Comprehensive assessment of immune function including telomere length

Whether telomere length of leukocytes can be a useful parameter for predicting health and diseases is a subject of current debate [39;40]. Here we focus on whether telomere length of leukocyte or PBMC is a useful measure for assessing the competence of immune system function. From the study of genetic syndromes of telomere/telomerase dysfunction that were described above, there is little question that telomere length can influence bone marrow function. However, it remains to be determined whether there are measurable effects of telomere length on immune function, either with normal aging, during normal immune responses, or in defined pathologic states.

It has been shown that patients with various genetic defects in telomere maintenance have leukocyte/PBMC telomere length in the lower 10% of the age-matched normal population [41]. Therefore, telomere length equal to the lower 10% or 5% in a population of a given age could be used as an operational criterion of short telomeres (Figure 1). Considering the variation of telomere length in populations, applying this criterion requires establishing a standard telomere length range of leukocytes and/or PBMC in the normal population and its change with age. As telomere length of leukocytes and PBMC is dynamic [42;43], repeated measurements of telomere length over time (months to years) is necessary to accurately determine the rate of telomere length change, a parameter that has critical value in assessing the telomere status in addition to the absolute length.

Figure 1.

Figure 1

Distribution and attrition of telomere length in human leukocytes with age. Telomere length is highly polymorphic in the general population. The distributions of telomere length with age are presented as percentages (modified based on [41]).

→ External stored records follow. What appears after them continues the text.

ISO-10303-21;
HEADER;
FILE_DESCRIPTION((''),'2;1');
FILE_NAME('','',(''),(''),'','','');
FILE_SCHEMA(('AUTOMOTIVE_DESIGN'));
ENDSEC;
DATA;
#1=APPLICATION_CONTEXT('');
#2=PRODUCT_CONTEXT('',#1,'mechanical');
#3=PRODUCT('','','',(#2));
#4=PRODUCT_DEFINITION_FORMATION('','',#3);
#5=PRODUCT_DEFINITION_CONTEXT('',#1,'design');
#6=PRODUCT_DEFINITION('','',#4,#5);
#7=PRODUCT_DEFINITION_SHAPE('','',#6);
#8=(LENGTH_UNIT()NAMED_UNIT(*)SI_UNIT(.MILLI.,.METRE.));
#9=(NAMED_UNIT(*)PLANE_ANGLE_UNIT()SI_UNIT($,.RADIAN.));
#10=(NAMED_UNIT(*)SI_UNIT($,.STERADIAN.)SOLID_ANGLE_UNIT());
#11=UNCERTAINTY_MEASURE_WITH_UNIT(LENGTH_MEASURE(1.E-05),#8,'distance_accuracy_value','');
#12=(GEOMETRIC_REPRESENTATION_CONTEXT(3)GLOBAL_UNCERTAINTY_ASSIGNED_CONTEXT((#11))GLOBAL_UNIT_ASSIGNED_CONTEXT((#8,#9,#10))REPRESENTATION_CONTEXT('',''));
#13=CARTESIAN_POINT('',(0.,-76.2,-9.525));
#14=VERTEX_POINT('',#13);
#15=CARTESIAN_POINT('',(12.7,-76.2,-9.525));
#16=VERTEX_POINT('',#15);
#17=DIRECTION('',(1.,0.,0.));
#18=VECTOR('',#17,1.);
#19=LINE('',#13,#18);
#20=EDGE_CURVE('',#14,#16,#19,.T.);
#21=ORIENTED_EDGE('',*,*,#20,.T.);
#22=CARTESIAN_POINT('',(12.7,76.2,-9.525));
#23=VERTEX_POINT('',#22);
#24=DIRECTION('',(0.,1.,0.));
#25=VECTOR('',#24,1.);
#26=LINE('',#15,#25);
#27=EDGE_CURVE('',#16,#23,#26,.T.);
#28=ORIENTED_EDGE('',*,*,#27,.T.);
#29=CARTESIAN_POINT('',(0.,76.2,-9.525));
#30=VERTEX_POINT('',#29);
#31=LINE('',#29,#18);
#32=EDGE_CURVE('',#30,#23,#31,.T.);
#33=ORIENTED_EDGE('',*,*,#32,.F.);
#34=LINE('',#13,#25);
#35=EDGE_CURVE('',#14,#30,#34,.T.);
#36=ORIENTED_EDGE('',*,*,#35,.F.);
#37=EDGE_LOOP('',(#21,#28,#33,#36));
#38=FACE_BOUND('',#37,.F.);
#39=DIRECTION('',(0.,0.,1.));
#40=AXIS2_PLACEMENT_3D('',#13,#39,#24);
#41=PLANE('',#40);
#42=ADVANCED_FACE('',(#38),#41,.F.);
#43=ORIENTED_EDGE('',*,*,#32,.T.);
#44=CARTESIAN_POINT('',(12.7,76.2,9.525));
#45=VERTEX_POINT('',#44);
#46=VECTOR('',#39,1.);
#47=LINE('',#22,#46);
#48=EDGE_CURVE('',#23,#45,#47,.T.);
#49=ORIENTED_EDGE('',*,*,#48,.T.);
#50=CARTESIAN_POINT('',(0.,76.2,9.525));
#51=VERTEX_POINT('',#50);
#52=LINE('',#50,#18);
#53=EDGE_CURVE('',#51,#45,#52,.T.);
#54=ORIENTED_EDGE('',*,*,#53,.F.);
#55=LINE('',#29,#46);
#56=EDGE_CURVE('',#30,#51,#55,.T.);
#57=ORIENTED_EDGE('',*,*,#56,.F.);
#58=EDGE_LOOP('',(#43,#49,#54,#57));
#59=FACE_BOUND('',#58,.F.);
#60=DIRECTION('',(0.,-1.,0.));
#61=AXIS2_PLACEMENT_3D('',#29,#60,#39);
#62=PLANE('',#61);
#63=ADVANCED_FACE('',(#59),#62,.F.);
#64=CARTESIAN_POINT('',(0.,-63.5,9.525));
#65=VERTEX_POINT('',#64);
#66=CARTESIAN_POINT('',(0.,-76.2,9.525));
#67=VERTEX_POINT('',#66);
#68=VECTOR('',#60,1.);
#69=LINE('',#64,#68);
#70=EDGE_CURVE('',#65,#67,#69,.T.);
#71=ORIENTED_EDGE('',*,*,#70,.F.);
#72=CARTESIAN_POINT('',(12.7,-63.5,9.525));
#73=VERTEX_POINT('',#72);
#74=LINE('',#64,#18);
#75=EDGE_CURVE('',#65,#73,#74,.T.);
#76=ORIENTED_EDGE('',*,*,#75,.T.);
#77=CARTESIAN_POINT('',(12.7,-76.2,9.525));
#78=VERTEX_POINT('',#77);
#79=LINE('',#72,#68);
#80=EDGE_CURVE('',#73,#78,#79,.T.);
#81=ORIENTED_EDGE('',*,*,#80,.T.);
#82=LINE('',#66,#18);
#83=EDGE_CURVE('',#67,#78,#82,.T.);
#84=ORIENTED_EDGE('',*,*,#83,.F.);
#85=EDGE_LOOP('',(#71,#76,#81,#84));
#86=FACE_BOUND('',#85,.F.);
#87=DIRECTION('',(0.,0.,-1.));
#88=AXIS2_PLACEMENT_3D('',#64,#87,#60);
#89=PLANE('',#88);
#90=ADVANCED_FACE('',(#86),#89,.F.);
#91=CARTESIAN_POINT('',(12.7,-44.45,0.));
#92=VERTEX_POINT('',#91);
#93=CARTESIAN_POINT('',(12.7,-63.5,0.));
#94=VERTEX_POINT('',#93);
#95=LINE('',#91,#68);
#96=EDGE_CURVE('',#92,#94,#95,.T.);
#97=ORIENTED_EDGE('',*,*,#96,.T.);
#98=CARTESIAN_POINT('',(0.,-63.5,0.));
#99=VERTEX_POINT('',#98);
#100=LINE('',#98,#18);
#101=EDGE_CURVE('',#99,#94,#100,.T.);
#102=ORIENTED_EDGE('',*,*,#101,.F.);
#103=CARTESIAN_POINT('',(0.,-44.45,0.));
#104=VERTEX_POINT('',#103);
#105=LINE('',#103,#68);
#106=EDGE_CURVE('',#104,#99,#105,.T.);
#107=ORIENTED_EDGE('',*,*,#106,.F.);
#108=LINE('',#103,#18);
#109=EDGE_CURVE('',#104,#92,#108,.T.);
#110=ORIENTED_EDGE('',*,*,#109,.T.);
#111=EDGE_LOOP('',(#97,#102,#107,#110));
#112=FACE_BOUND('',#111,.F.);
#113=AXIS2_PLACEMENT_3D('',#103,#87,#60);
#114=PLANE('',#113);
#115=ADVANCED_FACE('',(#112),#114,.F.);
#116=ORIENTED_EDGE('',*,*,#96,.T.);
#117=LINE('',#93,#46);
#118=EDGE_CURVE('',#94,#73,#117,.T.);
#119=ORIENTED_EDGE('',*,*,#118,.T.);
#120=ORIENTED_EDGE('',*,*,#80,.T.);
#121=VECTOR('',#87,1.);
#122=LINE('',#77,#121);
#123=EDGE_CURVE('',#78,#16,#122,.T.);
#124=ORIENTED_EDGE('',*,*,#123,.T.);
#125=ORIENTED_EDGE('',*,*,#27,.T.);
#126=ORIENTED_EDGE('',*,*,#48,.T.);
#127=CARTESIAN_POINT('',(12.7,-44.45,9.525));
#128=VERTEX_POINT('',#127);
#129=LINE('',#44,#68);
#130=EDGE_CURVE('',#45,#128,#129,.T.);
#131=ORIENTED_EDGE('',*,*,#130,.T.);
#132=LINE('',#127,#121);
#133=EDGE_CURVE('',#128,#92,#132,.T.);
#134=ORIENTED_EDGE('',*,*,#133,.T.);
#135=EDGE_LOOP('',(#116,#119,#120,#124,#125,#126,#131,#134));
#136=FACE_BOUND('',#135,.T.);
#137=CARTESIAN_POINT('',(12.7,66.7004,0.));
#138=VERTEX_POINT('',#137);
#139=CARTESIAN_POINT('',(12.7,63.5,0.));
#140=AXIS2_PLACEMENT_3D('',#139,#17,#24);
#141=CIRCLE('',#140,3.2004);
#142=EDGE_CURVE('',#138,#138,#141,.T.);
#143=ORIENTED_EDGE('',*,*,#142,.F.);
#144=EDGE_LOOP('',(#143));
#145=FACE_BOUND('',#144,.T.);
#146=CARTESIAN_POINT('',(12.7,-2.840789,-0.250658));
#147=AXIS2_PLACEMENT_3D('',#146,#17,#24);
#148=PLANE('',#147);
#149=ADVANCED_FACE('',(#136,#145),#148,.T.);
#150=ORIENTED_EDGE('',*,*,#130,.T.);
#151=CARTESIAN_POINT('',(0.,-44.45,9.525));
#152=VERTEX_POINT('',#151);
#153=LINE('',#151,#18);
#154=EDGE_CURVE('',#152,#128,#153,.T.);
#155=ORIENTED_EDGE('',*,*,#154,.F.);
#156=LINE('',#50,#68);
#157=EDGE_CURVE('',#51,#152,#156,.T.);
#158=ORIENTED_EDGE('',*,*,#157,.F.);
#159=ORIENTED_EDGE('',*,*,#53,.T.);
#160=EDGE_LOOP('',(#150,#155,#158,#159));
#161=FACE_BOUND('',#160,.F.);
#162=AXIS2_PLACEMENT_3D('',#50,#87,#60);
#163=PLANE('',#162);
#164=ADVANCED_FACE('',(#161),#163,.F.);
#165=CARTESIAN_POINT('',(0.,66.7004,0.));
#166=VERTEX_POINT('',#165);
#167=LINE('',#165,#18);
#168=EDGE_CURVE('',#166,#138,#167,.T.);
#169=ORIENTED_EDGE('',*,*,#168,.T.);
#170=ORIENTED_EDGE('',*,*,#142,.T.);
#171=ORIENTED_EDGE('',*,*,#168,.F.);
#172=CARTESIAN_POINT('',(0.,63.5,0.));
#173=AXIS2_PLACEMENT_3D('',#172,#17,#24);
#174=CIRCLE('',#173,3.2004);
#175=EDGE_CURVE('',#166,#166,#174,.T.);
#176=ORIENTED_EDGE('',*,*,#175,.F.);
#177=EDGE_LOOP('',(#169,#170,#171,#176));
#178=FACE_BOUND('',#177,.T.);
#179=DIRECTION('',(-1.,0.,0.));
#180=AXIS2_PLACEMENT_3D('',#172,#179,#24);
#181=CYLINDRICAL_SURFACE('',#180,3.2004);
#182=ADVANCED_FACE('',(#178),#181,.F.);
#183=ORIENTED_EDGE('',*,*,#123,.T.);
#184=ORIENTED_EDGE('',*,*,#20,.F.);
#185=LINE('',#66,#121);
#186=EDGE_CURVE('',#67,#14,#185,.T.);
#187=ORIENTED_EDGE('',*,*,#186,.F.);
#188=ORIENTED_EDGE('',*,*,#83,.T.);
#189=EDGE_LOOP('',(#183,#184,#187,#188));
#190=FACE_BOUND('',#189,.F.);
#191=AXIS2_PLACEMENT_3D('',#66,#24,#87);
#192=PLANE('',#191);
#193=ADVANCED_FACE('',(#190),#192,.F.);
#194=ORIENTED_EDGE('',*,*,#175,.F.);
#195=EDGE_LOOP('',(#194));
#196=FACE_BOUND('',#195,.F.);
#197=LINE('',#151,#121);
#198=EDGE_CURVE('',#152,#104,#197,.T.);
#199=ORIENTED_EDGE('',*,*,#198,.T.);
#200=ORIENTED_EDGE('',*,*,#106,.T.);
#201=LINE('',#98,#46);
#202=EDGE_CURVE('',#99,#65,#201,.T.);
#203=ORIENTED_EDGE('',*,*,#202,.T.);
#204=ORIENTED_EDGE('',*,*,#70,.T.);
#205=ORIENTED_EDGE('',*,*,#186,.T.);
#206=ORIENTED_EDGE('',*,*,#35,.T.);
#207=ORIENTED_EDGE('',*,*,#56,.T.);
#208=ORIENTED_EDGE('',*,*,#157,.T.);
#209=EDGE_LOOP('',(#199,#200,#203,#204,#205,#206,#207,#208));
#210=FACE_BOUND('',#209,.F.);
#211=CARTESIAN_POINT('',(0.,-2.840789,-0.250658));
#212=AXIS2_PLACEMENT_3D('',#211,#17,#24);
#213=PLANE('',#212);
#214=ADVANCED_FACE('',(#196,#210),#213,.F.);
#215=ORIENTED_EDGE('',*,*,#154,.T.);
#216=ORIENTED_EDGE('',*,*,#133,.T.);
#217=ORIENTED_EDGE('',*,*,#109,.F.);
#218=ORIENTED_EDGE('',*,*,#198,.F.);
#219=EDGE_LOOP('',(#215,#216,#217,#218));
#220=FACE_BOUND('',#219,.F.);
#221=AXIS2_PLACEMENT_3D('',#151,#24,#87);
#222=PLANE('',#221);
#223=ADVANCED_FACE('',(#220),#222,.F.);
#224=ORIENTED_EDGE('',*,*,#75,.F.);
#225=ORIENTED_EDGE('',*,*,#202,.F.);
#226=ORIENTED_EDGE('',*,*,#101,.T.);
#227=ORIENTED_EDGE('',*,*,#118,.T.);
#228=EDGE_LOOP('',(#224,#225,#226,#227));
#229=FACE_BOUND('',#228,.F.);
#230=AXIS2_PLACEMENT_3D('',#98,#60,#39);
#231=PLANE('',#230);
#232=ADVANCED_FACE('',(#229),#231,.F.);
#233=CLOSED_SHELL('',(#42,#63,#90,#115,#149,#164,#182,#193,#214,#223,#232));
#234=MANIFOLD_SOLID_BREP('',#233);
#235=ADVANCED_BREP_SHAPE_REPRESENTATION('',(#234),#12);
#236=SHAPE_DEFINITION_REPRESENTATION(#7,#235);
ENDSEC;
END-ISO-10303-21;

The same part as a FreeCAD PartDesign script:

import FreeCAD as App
import Part
import Sketcher
Q = App.Units.Quantity


def add_polygon(sketch, points):
    """Adds a closed chain of lines whose ends are joined by coincident constraints."""
    first, n = sketch.GeometryCount, len(points)
    for a, b in zip(points, points[1:] + points[:1]):
        sketch.addGeometry(Part.LineSegment(App.Vector(*a, 0), App.Vector(*b, 0)), False)
    for i in range(n):
        sketch.addConstraint(Sketcher.Constraint("Coincident", first + i, 2, first + (i + 1) % n, 1))

doc = App.newDocument("Part")
params = doc.addObject("Spreadsheet::Sheet", "Params")
for row, (alias, value) in enumerate([
    ("sketch1_width", "6 in"),
    ("sketch1_diameter", "0.252 in"),
    ("sketch1_width2", "0.5 in"),
    ("sketch1_width3", "4.75 in"),
    ("pad1_length", "0.5 in"),
], start=1):
    params.set(f"A{row}", alias)
    params.set(f"B{row}", "=" + value)
    params.setAlias(f"B{row}", alias)

body = doc.addObject("PartDesign::Body", "Body")

# Sketch on YZ plane
sketch1 = body.newObject("Sketcher::SketchObject", "Sketch")
sketch1.AttachmentSupport = (doc.getObject("YZ_Plane"), [""])
sketch1.MapMode = "FlatFace"
add_polygon(sketch1, [(76.2, -9.5), (76.2, 9.5), (-44.5, 9.5), (-44.5, 0), (-63.5, 0), (-63.5, 9.5), (-76.2, 9.5), (-76.2, -9.5)])  # lines 0-7
sketch1.addGeometry(Part.Circle(App.Vector(63.5, 0, 0), App.Vector(0, 0, 1), 3.2), False)  # 8
sketch1.addConstraint(Sketcher.Constraint("Vertical", 0))
sketch1.addConstraint(Sketcher.Constraint("Horizontal", 1))
sketch1.addConstraint(Sketcher.Constraint("Vertical", 2))
sketch1.addConstraint(Sketcher.Constraint("Horizontal", 3))
sketch1.addConstraint(Sketcher.Constraint("Vertical", 4))
sketch1.addConstraint(Sketcher.Constraint("Horizontal", 5))
sketch1.addConstraint(Sketcher.Constraint("Vertical", 6))
sketch1.addConstraint(Sketcher.Constraint("Horizontal", 7))
sketch1.addConstraint(Sketcher.Constraint("Symmetric", 0, 2, 6, 2, -1, 1))
sketch1.addConstraint(Sketcher.Constraint("PointOnObject", 8, 3, -1))
sketch1.addConstraint(Sketcher.Constraint("PointOnObject", 2, 2, -1))
sketch1.addConstraint(Sketcher.Constraint("Horizontal", 1, 2, 4, 2))
sketch1.addConstraint(Sketcher.Constraint("Equal", 3, 0))
sketch1.addConstraint(Sketcher.Constraint("DistanceX", 7, 1, 7, 2, Q("6 in")))
sketch1.addConstraint(Sketcher.Constraint("Diameter", 8, Q("0.252 in")))
sketch1.addConstraint(Sketcher.Constraint("DistanceX", 5, 2, 5, 1, Q("0.5 in")))
sketch1.addConstraint(Sketcher.Constraint("DistanceX", 3, 2, 8, 3, Q("5 in")))
sketch1.addConstraint(Sketcher.Constraint("DistanceX", 1, 2, 1, 1, Q("4.75 in")))
sketch1.setExpression("Constraints[21]", "Params.sketch1_width")
sketch1.setExpression("Constraints[22]", "Params.sketch1_diameter")
sketch1.setExpression("Constraints[23]", "Params.sketch1_width2")
sketch1.setExpression("Constraints[25]", "Params.sketch1_width3")
pad1 = body.newObject("PartDesign::Pad", "Pad")
pad1.Profile = sketch1
pad1.setExpression("Length", "Params.pad1_length")

doc.recompute()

Considering the heterogeneous nature of cell lineages, types, and proliferative history, and the heterogeneity of telomere length on individual chromosomes within a cell, the measurement of average telomere length of heterogeneous cell populations alone is likely to be insufficient for assessing immune competence. As the adaptive immune response is antigen-specific, an average telomere length does not always predict the telomere length of those antigen-reactive lymphocytes which represent a small percentage of total lymphocytes. The most specific assessment of telomere function in a specific response thus must be conducted by analysis of antigen-specific populations. A more comprehensive assessment of immune function in human must also include other measures, such as detailed analysis of composition of different cell type such as monocytes and lymphocytes, and the relative percentages of naïve, effector, and memory cells, and levels of cytokine/chemokines [44]. Integrating these measures will reveal new insight into the human immune system and its change with age (Table 1). This in turn will help to further assess how telomere length may contribute in predicting immune competency.

Table 1.

Suggested panel of tests for evaluating the status of human immune function

Test Method

Blood cell counts of all types of leukocytes CBC
Telomere length of leukocytes or PBMC qPCR or Flow-FISH
Leukocyte composition including lymphocyte subsets Multi-color flow cytometry
Serum cytokine profile Multiplex assay

Potential applications of telomere length measurement in leukocytes

What is the usefulness of knowing one's telomere length of leukocytes? First, identifying individuals, children in particular, with short telomeres may reveal genetic defects of telomere maintenance and allow early diagnosis prior to development of the typical phenotype. Second, individuals with short telomeres but without any known genetic defects may need additional follow-up measurements and observation to determine if they develop any symptoms due to currently unknown mutations or not. Third, it may be feasible to use pharmacological agents to enhance telomere length and reduce telomere attrition for those adults who have short telomeres. Recent in vitro studies show that telomerase activator (TAT2) modestly retards telomere shortening and increases proliferative potential of CD8 T cells [45] and that inhibition of mitogen-activated protein kinase (p38) enhances telomerase activity and survival after TCR activation [46], suggesting that enhancing telomerase activity in immune cells by a pharmacological approach could restore or improve immune function that is limited by the telomeres in genetic disorders as well as in aging.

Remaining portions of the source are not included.